The People of the State of Michigan,
 
Timothy A. Baughman
 
Plaintiff-Appellant,
 
v
(Appeal from Ct of Appeals)
 
 
(Wayne – Jones, Vera Massey)
 
Joseph Alexander Franklin,
 
Joseph L. Stewart
 
Defendant-Appellee.
 

Summary

​Joseph Franklin was charged with first-degree home invasion, larceny in a building, larceny of a firearm, and felony-firearm. He pleaded guilty to second-degree home invasion in exchange for the prosecutor’s agreement to dismiss the remaining charges. Franklin’s attorney asked for an evaluation pursuant to People v Cobbs, 443 Mich 276, 283 (1993), from the trial court, asking that Franklin be sentenced to probation under the Holmes Youthful Trainee Act , MCL 762.11, if he qualified for it. A Cobbs evaluation is the judge’s initial determination of the appropriate sentence for the charged offense, based on information available at the plea proceeding.
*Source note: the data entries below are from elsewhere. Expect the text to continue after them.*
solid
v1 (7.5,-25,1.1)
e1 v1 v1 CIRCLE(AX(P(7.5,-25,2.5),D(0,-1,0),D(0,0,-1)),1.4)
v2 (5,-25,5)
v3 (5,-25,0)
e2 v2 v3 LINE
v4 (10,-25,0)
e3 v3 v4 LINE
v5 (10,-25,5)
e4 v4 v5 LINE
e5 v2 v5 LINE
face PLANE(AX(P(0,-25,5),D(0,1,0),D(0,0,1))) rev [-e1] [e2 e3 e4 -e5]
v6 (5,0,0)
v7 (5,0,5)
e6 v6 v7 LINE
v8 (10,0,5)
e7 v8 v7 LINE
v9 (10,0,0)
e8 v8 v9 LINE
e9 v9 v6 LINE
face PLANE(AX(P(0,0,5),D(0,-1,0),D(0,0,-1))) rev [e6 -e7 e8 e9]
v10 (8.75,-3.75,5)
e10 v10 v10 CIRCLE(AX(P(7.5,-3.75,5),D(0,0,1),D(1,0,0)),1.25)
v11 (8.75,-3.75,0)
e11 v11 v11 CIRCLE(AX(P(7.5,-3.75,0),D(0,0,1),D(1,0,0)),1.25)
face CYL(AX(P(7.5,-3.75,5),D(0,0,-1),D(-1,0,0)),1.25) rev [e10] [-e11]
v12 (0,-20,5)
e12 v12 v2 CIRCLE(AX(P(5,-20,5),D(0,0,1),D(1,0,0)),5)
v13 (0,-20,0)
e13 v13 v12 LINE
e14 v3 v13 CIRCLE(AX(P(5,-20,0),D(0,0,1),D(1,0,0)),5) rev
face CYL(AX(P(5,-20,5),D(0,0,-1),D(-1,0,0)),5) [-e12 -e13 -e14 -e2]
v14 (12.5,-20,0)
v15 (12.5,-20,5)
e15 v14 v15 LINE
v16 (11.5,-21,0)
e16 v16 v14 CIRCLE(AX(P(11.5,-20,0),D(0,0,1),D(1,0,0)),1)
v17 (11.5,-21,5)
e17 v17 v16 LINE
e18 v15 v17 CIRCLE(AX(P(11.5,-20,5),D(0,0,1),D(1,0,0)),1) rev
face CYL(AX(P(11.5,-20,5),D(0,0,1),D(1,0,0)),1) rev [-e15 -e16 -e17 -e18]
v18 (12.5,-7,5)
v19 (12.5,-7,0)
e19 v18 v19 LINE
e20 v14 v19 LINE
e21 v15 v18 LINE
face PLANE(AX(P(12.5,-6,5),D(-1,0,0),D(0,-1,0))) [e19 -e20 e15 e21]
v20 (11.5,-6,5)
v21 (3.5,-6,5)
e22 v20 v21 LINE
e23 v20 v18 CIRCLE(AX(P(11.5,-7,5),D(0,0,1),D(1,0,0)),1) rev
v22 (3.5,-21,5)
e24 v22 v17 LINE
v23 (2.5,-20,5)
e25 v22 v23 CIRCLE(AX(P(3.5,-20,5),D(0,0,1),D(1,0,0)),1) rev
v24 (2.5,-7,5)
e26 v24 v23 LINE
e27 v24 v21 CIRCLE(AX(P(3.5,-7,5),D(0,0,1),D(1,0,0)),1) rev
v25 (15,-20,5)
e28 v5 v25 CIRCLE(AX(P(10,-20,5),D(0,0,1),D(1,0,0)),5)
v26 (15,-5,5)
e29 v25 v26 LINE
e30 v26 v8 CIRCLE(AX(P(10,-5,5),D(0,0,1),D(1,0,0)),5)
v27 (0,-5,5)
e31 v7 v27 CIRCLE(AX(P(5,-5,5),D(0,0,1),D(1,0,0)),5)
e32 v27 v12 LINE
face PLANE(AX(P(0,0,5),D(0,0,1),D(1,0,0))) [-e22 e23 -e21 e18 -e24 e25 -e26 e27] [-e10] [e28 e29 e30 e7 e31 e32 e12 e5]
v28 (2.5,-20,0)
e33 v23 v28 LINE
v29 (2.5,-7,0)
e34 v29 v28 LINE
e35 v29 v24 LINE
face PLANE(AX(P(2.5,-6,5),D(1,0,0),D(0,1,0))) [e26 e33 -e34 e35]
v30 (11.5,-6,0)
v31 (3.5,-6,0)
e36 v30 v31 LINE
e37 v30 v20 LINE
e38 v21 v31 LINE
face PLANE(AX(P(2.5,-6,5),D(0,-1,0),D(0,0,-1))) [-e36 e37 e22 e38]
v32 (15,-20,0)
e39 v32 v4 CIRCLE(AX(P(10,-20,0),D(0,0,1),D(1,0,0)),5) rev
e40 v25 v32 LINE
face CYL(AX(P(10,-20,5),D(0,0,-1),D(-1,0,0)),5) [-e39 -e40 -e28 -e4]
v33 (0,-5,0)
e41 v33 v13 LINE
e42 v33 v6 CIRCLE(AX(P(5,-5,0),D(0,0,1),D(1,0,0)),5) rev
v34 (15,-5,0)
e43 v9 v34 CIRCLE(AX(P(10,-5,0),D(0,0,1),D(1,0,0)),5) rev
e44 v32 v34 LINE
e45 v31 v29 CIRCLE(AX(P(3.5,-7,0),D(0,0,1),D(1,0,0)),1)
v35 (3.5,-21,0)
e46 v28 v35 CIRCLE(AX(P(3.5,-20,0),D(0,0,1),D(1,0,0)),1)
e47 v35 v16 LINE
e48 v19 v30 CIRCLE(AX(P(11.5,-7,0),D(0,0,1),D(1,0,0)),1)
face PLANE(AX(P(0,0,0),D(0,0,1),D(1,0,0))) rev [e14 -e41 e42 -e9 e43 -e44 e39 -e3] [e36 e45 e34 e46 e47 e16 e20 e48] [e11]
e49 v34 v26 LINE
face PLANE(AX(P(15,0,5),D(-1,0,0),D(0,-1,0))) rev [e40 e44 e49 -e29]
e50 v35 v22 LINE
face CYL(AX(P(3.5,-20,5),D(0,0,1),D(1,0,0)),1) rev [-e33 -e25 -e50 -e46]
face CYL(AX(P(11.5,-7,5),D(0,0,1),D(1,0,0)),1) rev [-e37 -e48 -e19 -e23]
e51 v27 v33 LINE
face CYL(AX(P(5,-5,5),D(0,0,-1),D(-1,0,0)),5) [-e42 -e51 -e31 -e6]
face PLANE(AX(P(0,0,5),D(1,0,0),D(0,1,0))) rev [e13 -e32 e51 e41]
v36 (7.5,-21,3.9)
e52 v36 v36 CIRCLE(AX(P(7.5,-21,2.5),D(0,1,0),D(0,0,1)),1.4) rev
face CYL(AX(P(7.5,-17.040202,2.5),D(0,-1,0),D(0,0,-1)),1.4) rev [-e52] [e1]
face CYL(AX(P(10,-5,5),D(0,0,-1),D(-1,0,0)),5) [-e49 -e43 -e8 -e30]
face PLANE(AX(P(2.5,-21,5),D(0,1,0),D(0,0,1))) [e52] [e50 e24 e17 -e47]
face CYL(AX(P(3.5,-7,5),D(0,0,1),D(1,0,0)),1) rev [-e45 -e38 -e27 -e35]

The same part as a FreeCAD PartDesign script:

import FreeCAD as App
import Part
import Sketcher


def edges_at(feature, points):
    """Names of the edges that pass closest to the given points."""
    edges = feature.Shape.Edges
    near = lambda p: min(range(len(edges)), key=lambda i: edges[i].distToShape(Part.Vertex(*p))[0])
    return sorted({f"Edge{near(p) + 1}" for p in points})


def add_polygon(sketch, points):
    """Adds a closed chain of lines whose ends are joined by coincident constraints."""
    first, n = sketch.GeometryCount, len(points)
    for a, b in zip(points, points[1:] + points[:1]):
        sketch.addGeometry(Part.LineSegment(App.Vector(*a, 0), App.Vector(*b, 0)), False)
    for i in range(n):
        sketch.addConstraint(Sketcher.Constraint("Coincident", first + i, 2, first + (i + 1) % n, 1))

doc = App.newDocument("Part")
body = doc.addObject("PartDesign::Body", "Body")

# Sketch on XY plane
sketch1 = body.newObject("Sketcher::SketchObject", "Sketch")
sketch1.AttachmentSupport = (doc.getObject("XY_Plane"), [""])
sketch1.MapMode = "FlatFace"
add_polygon(sketch1, [(0, 0), (0, -25), (15, -25), (15, 0)])  # lines 0-3
add_polygon(sketch1, [(12.5, -21), (2.5, -21), (2.5, -6), (12.5, -6)])  # lines 4-7
sketch1.addGeometry(Part.Circle(App.Vector(7.5, -3.8, 0), App.Vector(0, 0, 1), 1.2), False)  # 8
sketch1.addConstraint([
    Sketcher.Constraint("Vertical", 0),
    Sketcher.Constraint("Horizontal", 1),
    Sketcher.Constraint("Vertical", 2),
    Sketcher.Constraint("Horizontal", 3),
    Sketcher.Constraint("Horizontal", 4),
    Sketcher.Constraint("Vertical", 5),
    Sketcher.Constraint("Horizontal", 6),
    Sketcher.Constraint("Vertical", 7),
    Sketcher.Constraint("Coincident", 3, 2, -1, 1),
    Sketcher.Constraint("Equal", 3, 5),
    Sketcher.Constraint("Diameter", 8, 2.5),
    Sketcher.Constraint("DistanceX", 1, 1, 1, 2, 15.0),
    Sketcher.Constraint("DistanceX", 4, 2, 4, 1, 10.0),
    Sketcher.Constraint("DistanceY", 0, 2, 0, 1, 25.0),
    Sketcher.Constraint("DistanceY", 4, 2, -1, 1, 21.0),
    Sketcher.Constraint("DistanceX", 4, 2, 8, 3, 5.0),
    Sketcher.Constraint("DistanceX", -1, 1, 8, 3, 7.5),
    Sketcher.Constraint("DistanceY", 8, 3, -1, 1, 3.75),
])
pad1 = body.newObject("PartDesign::Pad", "Pad")
pad1.Profile = sketch1
pad1.Length = 5

# Sketch on XZ plane
sketch2 = body.newObject("Sketcher::SketchObject", "Sketch001")
sketch2.AttachmentSupport = (doc.getObject("XZ_Plane"), [""])
sketch2.MapMode = "FlatFace"
sketch2.AttachmentOffset = App.Placement(App.Vector(0, 0, 25), App.Rotation())
sketch2.addGeometry(Part.Circle(App.Vector(7.5, 2.5, 0), App.Vector(0, 0, 1), 1.4), False)
sketch2.addConstraint([
    Sketcher.Constraint("Diameter", 0, 2.8),
    Sketcher.Constraint("DistanceX", -1, 1, 0, 3, 7.5),
    Sketcher.Constraint("DistanceY", -1, 1, 0, 3, 2.5),
])
pocket1 = body.newObject("PartDesign::Pocket", "Pocket")
pocket1.Profile = sketch2
pocket1.Length = 4
doc.recompute()

fillet = body.newObject("PartDesign::Fillet", "Fillet")
fillet.Base = (pocket1, edges_at(pocket1, [
    (0, 0, 2.5),
    (15, 0, 2.5),
    (15, -25, 2.5),
    (0, -25, 2.5),
]))
fillet.Radius = 5
doc.recompute()

fillet2 = body.newObject("PartDesign::Fillet", "Fillet001")
fillet2.Base = (fillet, edges_at(fillet, [
    (12.5, -21, 2.5),
    (12.5, -6, 2.5),
    (2.5, -6, 2.5),
    (2.5, -21, 2.5),
]))
fillet2.Radius = 1

doc.recompute()
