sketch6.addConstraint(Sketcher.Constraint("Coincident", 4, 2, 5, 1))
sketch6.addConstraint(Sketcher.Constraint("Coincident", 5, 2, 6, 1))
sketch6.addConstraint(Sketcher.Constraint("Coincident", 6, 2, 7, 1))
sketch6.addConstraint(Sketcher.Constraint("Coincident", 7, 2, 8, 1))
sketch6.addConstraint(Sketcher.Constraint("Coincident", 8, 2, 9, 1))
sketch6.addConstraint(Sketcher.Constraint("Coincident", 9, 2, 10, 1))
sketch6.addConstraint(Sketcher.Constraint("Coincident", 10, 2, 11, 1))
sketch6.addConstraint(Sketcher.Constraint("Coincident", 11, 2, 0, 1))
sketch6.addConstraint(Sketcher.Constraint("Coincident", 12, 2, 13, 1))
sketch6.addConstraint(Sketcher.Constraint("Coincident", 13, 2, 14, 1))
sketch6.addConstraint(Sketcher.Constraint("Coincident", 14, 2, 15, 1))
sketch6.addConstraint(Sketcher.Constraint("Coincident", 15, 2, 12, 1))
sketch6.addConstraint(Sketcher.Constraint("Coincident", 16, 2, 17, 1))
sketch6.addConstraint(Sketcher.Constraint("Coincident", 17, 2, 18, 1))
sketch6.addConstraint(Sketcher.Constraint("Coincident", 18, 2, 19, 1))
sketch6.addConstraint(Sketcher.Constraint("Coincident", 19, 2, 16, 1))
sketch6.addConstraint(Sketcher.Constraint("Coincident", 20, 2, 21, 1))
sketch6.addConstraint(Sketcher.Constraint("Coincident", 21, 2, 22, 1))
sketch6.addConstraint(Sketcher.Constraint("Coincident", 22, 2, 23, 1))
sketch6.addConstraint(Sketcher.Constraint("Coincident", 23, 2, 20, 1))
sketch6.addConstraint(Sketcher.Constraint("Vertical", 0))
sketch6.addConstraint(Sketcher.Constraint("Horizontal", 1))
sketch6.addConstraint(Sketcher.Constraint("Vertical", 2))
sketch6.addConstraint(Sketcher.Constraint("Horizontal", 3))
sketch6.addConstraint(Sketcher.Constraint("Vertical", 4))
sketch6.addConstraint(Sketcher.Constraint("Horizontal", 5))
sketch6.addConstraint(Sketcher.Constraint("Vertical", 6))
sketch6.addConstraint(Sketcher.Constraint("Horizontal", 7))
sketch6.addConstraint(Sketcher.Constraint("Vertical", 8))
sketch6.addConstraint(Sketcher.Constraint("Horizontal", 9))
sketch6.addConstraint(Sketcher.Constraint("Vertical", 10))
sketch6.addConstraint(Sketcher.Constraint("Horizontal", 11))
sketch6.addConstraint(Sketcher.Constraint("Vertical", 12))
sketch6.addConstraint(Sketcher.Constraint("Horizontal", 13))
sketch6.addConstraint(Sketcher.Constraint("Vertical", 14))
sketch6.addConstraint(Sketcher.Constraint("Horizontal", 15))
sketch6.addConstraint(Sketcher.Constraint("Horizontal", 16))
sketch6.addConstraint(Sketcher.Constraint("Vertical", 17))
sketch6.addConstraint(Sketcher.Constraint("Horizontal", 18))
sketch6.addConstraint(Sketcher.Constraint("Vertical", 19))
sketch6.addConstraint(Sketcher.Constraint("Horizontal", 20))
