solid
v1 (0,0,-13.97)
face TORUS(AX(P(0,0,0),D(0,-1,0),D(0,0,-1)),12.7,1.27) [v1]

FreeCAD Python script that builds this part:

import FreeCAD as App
import Part
import Sketcher
Q = App.Units.Quantity

doc = App.newDocument("Part")
body = doc.addObject("PartDesign::Body", "Body")

# Sketch on XY plane
sketch1 = body.newObject("Sketcher::SketchObject", "Sketch")
sketch1.AttachmentSupport = (doc.getObject("XY_Plane"), [""])
sketch1.MapMode = "FlatFace"
sketch1.addGeometry(Part.Circle(App.Vector(-12.7, 0, 0), App.Vector(0, 0, 1), 1.3), False)
sketch1.addConstraint([
    Sketcher.Constraint("PointOnObject", 0, 3, -1),
    Sketcher.Constraint("Diameter", 0, Q("0.1 in")),
    Sketcher.Constraint("DistanceX", 0, 3, -1, 1, Q("0.5 in")),
])
revolution = body.newObject("PartDesign::Revolution", "Revolution")
revolution.Profile = sketch1
revolution.ReferenceAxis = (sketch1, ["V_Axis"])
revolution.Angle = 360

doc.recompute()
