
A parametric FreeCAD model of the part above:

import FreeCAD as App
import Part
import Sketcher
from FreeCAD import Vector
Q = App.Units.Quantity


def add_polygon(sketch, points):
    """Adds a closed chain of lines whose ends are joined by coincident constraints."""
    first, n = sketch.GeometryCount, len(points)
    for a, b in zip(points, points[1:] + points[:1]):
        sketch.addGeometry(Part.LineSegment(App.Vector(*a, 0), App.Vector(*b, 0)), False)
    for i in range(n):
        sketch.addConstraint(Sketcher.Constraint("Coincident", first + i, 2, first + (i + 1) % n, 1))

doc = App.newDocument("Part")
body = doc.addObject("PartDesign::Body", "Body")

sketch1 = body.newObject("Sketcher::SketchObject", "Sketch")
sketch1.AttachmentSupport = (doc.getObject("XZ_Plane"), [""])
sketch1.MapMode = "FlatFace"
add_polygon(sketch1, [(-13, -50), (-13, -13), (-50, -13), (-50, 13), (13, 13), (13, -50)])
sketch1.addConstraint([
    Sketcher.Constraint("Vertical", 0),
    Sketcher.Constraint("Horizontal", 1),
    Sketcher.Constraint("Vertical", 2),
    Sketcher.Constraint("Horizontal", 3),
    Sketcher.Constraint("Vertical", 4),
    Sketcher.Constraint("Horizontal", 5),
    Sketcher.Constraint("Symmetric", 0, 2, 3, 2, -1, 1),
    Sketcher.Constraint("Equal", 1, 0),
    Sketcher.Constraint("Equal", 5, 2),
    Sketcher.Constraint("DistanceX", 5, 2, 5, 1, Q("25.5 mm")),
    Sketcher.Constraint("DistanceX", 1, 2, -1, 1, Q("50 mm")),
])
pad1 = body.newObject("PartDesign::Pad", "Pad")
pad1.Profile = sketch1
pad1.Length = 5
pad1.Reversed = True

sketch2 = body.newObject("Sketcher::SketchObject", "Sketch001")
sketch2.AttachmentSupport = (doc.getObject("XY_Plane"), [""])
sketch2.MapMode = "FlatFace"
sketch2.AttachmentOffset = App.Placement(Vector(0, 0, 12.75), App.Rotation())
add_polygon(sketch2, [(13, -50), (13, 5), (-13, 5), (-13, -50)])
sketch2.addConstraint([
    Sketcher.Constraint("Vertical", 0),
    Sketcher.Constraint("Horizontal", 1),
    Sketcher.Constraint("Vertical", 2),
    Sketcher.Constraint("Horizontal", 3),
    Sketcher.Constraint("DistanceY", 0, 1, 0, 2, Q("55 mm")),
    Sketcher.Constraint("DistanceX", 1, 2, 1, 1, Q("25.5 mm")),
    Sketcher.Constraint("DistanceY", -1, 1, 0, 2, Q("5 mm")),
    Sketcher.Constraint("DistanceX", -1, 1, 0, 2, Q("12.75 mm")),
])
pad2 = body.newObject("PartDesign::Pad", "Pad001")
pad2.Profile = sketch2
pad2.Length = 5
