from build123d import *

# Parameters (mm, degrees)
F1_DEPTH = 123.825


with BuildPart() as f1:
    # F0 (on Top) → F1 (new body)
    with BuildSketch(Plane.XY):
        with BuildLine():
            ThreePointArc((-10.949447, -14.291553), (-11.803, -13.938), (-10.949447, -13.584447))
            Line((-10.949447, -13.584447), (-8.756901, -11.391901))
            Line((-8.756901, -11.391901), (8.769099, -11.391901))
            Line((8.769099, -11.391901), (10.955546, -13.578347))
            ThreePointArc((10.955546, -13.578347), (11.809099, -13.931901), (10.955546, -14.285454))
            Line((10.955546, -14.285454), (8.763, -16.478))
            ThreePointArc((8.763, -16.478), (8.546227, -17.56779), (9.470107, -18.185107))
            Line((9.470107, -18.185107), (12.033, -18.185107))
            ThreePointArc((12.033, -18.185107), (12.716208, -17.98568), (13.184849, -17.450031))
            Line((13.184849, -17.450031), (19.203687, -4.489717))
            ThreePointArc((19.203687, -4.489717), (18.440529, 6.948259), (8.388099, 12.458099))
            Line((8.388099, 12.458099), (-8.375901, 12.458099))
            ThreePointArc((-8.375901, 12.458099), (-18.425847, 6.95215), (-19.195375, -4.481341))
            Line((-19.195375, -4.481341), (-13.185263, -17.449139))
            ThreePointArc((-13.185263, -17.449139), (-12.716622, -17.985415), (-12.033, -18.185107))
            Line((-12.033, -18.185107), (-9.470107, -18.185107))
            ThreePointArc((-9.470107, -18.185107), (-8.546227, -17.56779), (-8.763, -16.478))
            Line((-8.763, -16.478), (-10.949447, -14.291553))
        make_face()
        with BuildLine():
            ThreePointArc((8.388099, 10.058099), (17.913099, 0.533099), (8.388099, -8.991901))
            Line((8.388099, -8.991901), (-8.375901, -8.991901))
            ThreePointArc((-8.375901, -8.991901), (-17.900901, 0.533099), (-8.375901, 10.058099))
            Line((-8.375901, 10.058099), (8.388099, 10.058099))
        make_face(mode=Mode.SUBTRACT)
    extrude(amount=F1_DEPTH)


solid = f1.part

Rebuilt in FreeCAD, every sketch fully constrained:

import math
import FreeCAD as App
import Part
import Sketcher

V = App.Vector
Q = App.Units.Quantity

doc = App.newDocument("Part")
body = doc.addObject("PartDesign::Body", "Body")

# Sketch on XY plane
sketch1 = doc.addObject("Sketcher::SketchObject", "Sketch")
body.addObject(sketch1)
sketch1.AttachmentSupport = (doc.XY_Plane, [""])
sketch1.MapMode = "FlatFace"
sketch1.addGeometry([
    Part.ArcOfCircle(Part.Circle(V(-11.3, -13.94, 0), V(0, 0, 1), 0.5), math.radians(45), math.radians(315)),  # 0
    Part.LineSegment(V(-10.95, -13.58, 0), V(-8.76, -11.39, 0)),  # 1
    Part.LineSegment(V(-8.76, -11.39, 0), V(8.77, -11.39, 0)),  # 2
    Part.LineSegment(V(8.77, -11.39, 0), V(10.96, -13.58, 0)),  # 3
    Part.ArcOfCircle(Part.Circle(V(11.31, -13.93, 0), V(0, 0, 1), 0.5), math.radians(-135), math.radians(135)),  # 4
    Part.LineSegment(V(10.96, -14.29, 0), V(8.76, -16.48, 0)),  # 5
    Part.ArcOfCircle(Part.Circle(V(9.47, -17.19, 0), V(0, 0, 1), 1), math.radians(135), math.radians(270)),  # 6
    Part.LineSegment(V(9.47, -18.19, 0), V(12.03, -18.19, 0)),  # 7
    Part.ArcOfCircle(Part.Circle(V(12.03, -16.92, 0), V(0, 0, 1), 1.27), math.radians(-90), math.radians(-25)),  # 8
    Part.LineSegment(V(13.18, -17.45, 0), V(19.2, -4.49, 0)),  # 9
    Part.ArcOfCircle(Part.Circle(V(8.39, 0.53, 0), V(0, 0, 1), 11.92), math.radians(-25), math.radians(90)),  # 10
    Part.LineSegment(V(8.39, 12.46, 0), V(-8.38, 12.46, 0)),  # 11
    Part.ArcOfCircle(Part.Circle(V(-8.38, 0.53, 0), V(0, 0, 1), 11.92), math.radians(90), math.radians(205)),  # 12
    Part.LineSegment(V(-19.2, -4.48, 0), V(-13.19, -17.45, 0)),  # 13
    Part.ArcOfCircle(Part.Circle(V(-12.03, -16.92, 0), V(0, 0, 1), 1.27), math.radians(-155), math.radians(-90)),  # 14
    Part.LineSegment(V(-12.03, -18.19, 0), V(-9.47, -18.19, 0)),  # 15
    Part.ArcOfCircle(Part.Circle(V(-9.47, -17.19, 0), V(0, 0, 1), 1), math.radians(-90), math.radians(45)),  # 16
    Part.LineSegment(V(-8.76, -16.48, 0), V(-10.95, -14.29, 0)),  # 17
    Part.LineSegment(V(-8.38, 10.06, 0), V(8.39, 10.06, 0)),  # 18
    Part.ArcOfCircle(Part.Circle(V(8.39, 0.53, 0), V(0, 0, 1), 9.53), math.radians(-90), math.radians(90)),  # 19
    Part.LineSegment(V(8.39, -8.99, 0), V(-8.38, -8.99, 0)),  # 20
    Part.ArcOfCircle(Part.Circle(V(-8.38, 0.53, 0), V(0, 0, 1), 9.53), math.radians(90), math.radians(270)),  # 21
], False)
sketch1.addConstraint([
    Sketcher.Constraint("Coincident", 0, 1, 1, 1),
    Sketcher.Constraint("Coincident", 1, 2, 2, 1),
    Sketcher.Constraint("Coincident", 2, 2, 3, 1),
    Sketcher.Constraint("Coincident", 3, 2, 4, 2),
    Sketcher.Constraint("Coincident", 4, 1, 5, 1),
    Sketcher.Constraint("Tangent", 5, 2, 6, 1),
    Sketcher.Constraint("Tangent", 6, 2, 7, 1),
    Sketcher.Constraint("Tangent", 7, 2, 8, 1),
    Sketcher.Constraint("Tangent", 8, 2, 9, 1),
    Sketcher.Constraint("Tangent", 9, 2, 10, 1),
    Sketcher.Constraint("Tangent", 10, 2, 11, 1),
    Sketcher.Constraint("Tangent", 11, 2, 12, 1),
    Sketcher.Constraint("Tangent", 12, 2, 13, 1),
    Sketcher.Constraint("Tangent", 13, 2, 14, 1),
    Sketcher.Constraint("Tangent", 14, 2, 15, 1),
    Sketcher.Constraint("Tangent", 15, 2, 16, 1),
    Sketcher.Constraint("Tangent", 16, 2, 17, 1),
    Sketcher.Constraint("Coincident", 17, 2, 0, 2),
    Sketcher.Constraint("Tangent", 18, 2, 19, 2),
    Sketcher.Constraint("Tangent", 19, 1, 20, 1),
    Sketcher.Constraint("Tangent", 20, 2, 21, 2),
    Sketcher.Constraint("Tangent", 21, 1, 18, 1),
    Sketcher.Constraint("Horizontal", 2),
    Sketcher.Constraint("Horizontal", 7),
    Sketcher.Constraint("Horizontal", 11),
    Sketcher.Constraint("Horizontal", 15),
    Sketcher.Constraint("Horizontal", 18),
    Sketcher.Constraint("Horizontal", 20),
    Sketcher.Constraint("Coincident", 19, 3, 10, 3),
    Sketcher.Constraint("Coincident", 21, 3, 12, 3),
    Sketcher.Constraint("Equal", 0, 4),
    Sketcher.Constraint("Equal", 6, 16),
    Sketcher.Constraint("Symmetric", 8, 3, 14, 3, -2),
    Sketcher.Constraint("Symmetric", 6, 3, 16, 3, -2),
    Sketcher.Constraint("Perpendicular", 1, 3),
    Sketcher.Constraint("Perpendicular", 3, 5),
    Sketcher.Constraint("Perpendicular", 5, 17),
    Sketcher.Constraint("Horizontal", 5, 2, 16, 2),
    Sketcher.Constraint("Vertical", 3, 2, 4, 1),
    Sketcher.Constraint("Vertical", 0, 1, 17, 2),
    Sketcher.Constraint("Equal", 1, 5),
    Sketcher.Constraint("Equal", 3, 17),
    Sketcher.Constraint("Radius", 8, Q("0.05 in")),
    Sketcher.Constraint("Radius", 19, Q("0.375 in")),
    Sketcher.Constraint("DistanceX", 2, 1, 2, 2, Q("0.69 in")),
    Sketcher.Constraint("DistanceX", 11, 2, 11, 1, Q("0.66 in")),
    Sketcher.Constraint("DistanceX", 2, 2, 4, 3, Q("0.1 in")),
    Sketcher.Constraint("DistanceY", 4, 3, 2, 2, Q("0.1 in")),
    Sketcher.Constraint("Radius", 0, 0.5),
    Sketcher.Constraint("Radius", 6, 1.0),
    Sketcher.Constraint("Radius", 10, 11.925),
    Sketcher.Constraint("DistanceX", 10, 3, 4, 3, Q("0.115 in")),
    Sketcher.Constraint("DistanceY", 4, 3, -1, 1, Q("0.5485 in")),
    Sketcher.Constraint("DistanceX", 4, 3, 8, 3, Q("0.0285 in")),
    Sketcher.Constraint("DistanceY", 0, 3, -1, 1, 13.938),
    Sketcher.Constraint("DistanceY", -1, 1, 10, 3, 0.533099),
])
pad1 = doc.addObject("PartDesign::Pad", "Pad")
body.addObject(pad1)
pad1.Profile = sketch1
pad1.Length = Q("4.875 in")

doc.recompute()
The judge’s evaluation must be made at a party’s request and not on the judge’s own initiative. The trial judge in Franklin’s case initially agreed to probation, and the prosecutor did not object. But when Franklin appeared for sentencing, the trial judge stated that she would not sentence him to probation under HYTA. She set aside the plea and scheduled a trial on all the charges. Franklin waived his right to a jury, and was convicted following a bench trial of first-degree home invasion, larceny in a building, and larceny of a firearm. He was sentenced to four to 20 years in prison for the first-degree home invasion conviction, and to time served for the other convictions.
 
Franklin appealed, and the Court of Appeals vacated his convictions in an unpublished per curiam opinion. The appellate court said that the “pivotal question is whether the trial court could, after concluding that it would not impose the sentence agreed upon by the parties, unilaterally set aside the plea and sentence agreement, or if it could only refuse to impose the agreed upon sentence and allow defendant the option to withdraw his guilty plea . . . .” The Court of Appeals turned to MCR 6.302(C)(3), which states that if a court does not choose to follow an agreed-upon sentence, the defendant “will be allowed to withdraw from the plea agreement.” Under this rule, the trial court could not unilaterally set aside the plea itself; that decision should be made by the defendant, the Court of Appeals held, in accordance with the requirements of MCR 6.310(B)(2)(a). The trial judge’s failure to inform Franklin what sentence she intended to impose, and her failure to allow Franklin the option of withdrawing his plea, amounted to plain error, the Court of Appeals said. The Court of Appeals remanded the case to the trial court so that Franklin could be given the opportunity to withdraw his guilty plea to second-degree home invasion. If Franklin chose not to withdraw his plea, the Court of Appeals held, the trial court should then sentence him. The prosecutor appeals.